[[ Given data open ]]
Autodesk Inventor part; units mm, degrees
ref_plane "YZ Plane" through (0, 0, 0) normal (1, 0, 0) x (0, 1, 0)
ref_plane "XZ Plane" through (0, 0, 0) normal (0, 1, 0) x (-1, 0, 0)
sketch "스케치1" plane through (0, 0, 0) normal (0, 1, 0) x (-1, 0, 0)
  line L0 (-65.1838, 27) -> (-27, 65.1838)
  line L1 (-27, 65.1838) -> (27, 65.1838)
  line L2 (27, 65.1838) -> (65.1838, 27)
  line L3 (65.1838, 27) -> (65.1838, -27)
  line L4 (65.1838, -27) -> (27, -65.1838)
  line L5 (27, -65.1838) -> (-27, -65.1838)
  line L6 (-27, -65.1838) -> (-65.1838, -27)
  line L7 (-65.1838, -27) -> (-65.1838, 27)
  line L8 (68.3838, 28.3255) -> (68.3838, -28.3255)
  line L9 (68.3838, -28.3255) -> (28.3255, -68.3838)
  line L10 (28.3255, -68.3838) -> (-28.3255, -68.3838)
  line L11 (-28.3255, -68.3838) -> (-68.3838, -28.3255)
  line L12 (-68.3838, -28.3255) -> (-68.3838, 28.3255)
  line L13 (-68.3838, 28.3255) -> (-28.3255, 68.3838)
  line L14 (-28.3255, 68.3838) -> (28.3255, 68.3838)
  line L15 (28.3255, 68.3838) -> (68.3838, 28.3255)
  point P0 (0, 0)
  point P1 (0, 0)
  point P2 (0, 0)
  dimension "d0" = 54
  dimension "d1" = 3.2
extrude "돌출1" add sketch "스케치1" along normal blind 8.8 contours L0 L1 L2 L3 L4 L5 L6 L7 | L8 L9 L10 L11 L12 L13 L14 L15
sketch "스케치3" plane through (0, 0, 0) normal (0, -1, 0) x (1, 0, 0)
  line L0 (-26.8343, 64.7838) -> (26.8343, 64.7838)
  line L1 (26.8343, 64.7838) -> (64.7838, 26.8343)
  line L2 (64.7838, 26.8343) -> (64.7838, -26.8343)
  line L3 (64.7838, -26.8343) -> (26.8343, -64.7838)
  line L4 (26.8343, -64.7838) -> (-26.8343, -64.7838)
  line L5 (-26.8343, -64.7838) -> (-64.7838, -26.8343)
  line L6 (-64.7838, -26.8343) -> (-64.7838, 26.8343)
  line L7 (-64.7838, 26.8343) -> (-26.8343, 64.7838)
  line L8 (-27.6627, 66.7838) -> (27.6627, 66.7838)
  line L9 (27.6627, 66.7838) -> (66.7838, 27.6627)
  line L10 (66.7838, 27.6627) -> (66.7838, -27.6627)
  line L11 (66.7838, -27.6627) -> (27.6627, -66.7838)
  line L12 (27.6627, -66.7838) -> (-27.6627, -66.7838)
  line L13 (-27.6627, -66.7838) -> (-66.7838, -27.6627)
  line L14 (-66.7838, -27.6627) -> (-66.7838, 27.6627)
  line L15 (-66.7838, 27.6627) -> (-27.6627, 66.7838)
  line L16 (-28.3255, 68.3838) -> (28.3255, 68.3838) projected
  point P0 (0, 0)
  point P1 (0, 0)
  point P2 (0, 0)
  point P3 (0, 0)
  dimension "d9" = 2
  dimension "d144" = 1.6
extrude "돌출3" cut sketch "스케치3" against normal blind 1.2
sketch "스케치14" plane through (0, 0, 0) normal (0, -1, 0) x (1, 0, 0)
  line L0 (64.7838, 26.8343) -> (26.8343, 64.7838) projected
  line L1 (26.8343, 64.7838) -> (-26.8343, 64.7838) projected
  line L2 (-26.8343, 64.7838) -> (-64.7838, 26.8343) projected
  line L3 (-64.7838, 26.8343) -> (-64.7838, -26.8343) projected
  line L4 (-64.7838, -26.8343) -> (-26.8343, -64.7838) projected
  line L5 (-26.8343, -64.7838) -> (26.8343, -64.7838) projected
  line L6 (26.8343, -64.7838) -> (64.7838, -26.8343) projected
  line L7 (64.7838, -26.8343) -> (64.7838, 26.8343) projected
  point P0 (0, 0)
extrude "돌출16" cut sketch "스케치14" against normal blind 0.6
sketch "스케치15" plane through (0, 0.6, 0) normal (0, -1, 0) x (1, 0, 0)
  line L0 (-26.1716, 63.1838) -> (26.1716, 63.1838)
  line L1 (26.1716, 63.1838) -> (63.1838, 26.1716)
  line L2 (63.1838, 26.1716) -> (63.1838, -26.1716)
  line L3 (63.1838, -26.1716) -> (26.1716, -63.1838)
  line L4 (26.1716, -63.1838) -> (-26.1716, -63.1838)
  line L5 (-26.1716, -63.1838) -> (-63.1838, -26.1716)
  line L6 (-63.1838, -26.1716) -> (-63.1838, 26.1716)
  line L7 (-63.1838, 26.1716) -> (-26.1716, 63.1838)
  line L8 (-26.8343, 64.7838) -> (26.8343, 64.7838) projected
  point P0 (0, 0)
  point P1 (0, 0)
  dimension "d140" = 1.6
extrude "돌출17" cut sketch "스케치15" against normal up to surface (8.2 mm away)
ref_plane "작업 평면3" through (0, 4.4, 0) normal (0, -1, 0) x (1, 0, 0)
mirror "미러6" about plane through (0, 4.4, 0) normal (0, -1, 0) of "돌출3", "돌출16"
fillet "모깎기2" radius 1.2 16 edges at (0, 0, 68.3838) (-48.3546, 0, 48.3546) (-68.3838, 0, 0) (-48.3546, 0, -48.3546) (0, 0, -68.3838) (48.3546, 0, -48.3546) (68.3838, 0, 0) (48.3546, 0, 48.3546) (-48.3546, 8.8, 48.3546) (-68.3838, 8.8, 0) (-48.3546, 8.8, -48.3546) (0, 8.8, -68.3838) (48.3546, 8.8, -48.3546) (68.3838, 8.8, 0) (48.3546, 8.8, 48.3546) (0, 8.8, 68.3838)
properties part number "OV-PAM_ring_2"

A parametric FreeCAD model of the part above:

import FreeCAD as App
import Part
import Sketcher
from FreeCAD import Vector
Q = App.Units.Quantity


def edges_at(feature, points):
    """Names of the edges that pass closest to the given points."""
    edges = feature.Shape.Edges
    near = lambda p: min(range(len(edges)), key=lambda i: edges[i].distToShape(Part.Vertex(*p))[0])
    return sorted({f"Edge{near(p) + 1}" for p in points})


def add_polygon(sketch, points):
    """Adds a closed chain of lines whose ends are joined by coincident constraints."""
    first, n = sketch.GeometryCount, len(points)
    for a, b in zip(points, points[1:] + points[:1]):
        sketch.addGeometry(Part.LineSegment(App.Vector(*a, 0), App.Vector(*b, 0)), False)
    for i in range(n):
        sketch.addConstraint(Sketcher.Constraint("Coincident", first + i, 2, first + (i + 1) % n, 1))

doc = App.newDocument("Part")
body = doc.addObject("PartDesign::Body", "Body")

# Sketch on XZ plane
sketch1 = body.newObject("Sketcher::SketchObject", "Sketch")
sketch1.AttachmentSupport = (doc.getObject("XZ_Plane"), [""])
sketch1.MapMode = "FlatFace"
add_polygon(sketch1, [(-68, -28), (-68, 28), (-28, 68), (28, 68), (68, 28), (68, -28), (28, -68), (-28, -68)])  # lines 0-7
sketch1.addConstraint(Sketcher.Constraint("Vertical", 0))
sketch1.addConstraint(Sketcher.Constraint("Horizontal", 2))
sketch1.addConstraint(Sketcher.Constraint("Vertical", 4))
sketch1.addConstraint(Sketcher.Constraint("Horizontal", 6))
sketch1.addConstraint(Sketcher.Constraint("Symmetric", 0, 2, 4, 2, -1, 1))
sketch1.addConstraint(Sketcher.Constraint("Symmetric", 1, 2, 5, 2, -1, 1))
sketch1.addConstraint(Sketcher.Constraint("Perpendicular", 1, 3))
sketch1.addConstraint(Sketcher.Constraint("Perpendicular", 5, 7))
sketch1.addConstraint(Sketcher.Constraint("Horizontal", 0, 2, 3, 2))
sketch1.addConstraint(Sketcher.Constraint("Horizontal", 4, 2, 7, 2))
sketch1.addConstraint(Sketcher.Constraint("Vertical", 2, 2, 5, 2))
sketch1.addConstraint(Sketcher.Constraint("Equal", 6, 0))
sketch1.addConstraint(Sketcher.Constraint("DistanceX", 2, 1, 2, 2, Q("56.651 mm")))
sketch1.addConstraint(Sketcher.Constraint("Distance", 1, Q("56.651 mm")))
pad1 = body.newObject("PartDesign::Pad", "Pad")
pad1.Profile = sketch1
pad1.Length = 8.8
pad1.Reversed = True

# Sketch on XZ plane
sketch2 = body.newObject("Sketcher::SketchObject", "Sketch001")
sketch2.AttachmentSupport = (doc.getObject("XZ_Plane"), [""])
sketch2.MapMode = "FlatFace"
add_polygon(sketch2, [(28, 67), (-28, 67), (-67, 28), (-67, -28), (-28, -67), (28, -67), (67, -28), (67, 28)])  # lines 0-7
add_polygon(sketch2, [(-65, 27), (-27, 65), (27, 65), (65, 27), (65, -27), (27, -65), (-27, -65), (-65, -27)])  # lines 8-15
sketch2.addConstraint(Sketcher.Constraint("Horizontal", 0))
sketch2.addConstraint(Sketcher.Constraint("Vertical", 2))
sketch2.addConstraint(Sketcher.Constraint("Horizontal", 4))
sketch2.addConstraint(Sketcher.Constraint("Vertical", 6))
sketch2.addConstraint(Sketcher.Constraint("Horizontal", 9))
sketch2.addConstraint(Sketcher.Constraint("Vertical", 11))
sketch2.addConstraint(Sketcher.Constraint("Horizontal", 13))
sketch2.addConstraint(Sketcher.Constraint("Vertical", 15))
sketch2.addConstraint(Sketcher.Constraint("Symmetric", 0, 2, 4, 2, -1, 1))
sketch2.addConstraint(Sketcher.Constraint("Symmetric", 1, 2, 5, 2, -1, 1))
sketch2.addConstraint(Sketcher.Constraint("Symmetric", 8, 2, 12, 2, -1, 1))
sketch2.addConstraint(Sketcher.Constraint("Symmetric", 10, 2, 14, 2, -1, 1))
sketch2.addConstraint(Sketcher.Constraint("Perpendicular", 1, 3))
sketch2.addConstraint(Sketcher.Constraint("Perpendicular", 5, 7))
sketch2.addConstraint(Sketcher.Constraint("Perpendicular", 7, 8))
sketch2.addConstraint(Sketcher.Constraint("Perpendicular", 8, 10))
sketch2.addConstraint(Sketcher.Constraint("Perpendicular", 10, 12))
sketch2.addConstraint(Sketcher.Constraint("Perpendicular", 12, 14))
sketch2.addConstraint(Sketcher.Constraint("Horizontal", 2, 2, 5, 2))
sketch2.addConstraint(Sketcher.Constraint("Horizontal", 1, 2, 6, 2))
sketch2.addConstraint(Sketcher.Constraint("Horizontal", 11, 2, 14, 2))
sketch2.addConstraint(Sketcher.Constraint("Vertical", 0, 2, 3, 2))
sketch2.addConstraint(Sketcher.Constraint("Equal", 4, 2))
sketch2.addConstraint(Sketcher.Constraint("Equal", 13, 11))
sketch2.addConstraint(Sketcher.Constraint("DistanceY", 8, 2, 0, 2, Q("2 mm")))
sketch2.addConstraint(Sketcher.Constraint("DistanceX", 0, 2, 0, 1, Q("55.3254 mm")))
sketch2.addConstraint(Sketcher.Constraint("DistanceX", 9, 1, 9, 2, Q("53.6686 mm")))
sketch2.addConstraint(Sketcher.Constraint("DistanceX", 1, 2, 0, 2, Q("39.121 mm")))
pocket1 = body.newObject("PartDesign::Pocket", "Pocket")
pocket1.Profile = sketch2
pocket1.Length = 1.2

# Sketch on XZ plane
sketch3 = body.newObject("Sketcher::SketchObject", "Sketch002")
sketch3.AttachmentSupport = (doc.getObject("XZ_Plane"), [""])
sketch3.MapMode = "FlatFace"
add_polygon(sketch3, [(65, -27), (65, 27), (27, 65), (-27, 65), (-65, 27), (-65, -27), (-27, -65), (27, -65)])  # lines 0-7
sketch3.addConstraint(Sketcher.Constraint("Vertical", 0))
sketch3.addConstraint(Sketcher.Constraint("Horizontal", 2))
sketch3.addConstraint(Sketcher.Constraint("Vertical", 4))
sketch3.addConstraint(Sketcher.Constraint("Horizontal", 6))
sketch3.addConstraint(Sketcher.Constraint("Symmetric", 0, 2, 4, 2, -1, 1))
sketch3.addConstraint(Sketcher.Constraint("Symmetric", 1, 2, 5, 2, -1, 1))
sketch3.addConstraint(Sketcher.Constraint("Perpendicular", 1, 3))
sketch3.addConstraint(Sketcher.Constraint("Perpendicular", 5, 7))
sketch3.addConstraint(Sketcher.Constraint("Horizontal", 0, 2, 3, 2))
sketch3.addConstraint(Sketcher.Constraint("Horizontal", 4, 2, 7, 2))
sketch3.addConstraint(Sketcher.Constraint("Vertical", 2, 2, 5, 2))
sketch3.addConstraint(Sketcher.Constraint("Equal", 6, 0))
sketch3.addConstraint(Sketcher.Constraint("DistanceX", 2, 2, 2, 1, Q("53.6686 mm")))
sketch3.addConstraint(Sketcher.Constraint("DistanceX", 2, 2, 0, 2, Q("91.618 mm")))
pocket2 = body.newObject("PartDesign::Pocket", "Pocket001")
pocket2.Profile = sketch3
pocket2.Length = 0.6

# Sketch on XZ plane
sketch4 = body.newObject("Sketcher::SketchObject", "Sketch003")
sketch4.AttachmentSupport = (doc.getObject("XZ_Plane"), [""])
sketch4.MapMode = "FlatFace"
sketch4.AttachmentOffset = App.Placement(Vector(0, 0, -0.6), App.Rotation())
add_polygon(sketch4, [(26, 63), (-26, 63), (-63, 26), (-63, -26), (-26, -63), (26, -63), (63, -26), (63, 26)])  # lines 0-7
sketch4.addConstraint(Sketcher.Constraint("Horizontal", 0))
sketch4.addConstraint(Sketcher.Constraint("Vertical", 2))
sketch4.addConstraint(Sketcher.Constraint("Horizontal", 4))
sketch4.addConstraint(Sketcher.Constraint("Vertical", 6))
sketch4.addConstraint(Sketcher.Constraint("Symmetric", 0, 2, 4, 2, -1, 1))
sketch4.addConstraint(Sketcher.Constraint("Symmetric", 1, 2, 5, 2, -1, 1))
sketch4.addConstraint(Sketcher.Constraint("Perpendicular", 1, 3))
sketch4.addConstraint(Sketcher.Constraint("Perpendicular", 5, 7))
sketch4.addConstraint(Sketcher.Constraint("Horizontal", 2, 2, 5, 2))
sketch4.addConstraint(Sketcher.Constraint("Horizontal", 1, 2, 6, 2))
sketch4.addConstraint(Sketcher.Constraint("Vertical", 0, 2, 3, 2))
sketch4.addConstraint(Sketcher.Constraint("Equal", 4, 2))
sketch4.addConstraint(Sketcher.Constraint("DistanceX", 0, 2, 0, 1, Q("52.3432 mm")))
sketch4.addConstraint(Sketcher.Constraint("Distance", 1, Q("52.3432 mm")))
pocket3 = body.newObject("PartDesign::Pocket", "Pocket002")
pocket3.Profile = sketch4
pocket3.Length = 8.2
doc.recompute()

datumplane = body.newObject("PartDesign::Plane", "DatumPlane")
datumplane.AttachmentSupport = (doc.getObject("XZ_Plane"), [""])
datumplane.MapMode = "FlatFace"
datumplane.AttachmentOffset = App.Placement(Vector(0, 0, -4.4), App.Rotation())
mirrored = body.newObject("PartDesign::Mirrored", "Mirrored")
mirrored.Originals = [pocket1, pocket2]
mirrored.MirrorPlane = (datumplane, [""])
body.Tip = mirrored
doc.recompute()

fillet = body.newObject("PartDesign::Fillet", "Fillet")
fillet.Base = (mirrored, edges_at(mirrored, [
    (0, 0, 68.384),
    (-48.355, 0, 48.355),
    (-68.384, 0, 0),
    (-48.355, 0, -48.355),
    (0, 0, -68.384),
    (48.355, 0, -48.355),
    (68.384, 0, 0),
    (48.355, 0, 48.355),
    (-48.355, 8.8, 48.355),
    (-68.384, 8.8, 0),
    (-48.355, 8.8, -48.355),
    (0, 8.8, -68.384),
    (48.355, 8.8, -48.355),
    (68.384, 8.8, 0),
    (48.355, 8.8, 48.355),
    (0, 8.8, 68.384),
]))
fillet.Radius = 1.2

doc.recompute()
[[ Given data closed ]]
Instructions for the task
What you give back must be the stretch above, starting at the line with "line L3 (65.1838, 27) -> (65.1838, -27)" and ending at the line with "line L2 (64.7838, 26.8343)", copied exactly.

Answer to this task
  line L3 (65.1838, 27) -> (65.1838, -27)
  line L4 (65.1838, -27) -> (27, -65.1838)
  line L5 (27, -65.1838) -> (-27, -65.1838)
  line L6 (-27, -65.1838) -> (-65.1838, -27)
  line L7 (-65.1838, -27) -> (-65.1838, 27)
  line L8 (68.3838, 28.3255) -> (68.3838, -28.3255)
  line L9 (68.3838, -28.3255) -> (28.3255, -68.3838)
  line L10 (28.3255, -68.3838) -> (-28.3255, -68.3838)
  line L11 (-28.3255, -68.3838) -> (-68.3838, -28.3255)
  line L12 (-68.3838, -28.3255) -> (-68.3838, 28.3255)
  line L13 (-68.3838, 28.3255) -> (-28.3255, 68.3838)
  line L14 (-28.3255, 68.3838) -> (28.3255, 68.3838)
  line L15 (28.3255, 68.3838) -> (68.3838, 28.3255)
  point P0 (0, 0)
  point P1 (0, 0)
  point P2 (0, 0)
  dimension "d0" = 54
  dimension "d1" = 3.2
extrude "돌출1" add sketch "스케치1" along normal blind 8.8 contours L0 L1 L2 L3 L4 L5 L6 L7 | L8 L9 L10 L11 L12 L13 L14 L15
sketch "스케치3" plane through (0, 0, 0) normal (0, -1, 0) x (1, 0, 0)
  line L0 (-26.8343, 64.7838) -> (26.8343, 64.7838)
  line L1 (26.8343, 64.7838) -> (64.7838, 26.8343)
  line L2 (64.7838, 26.8343) -> (64.7838, -26.8343)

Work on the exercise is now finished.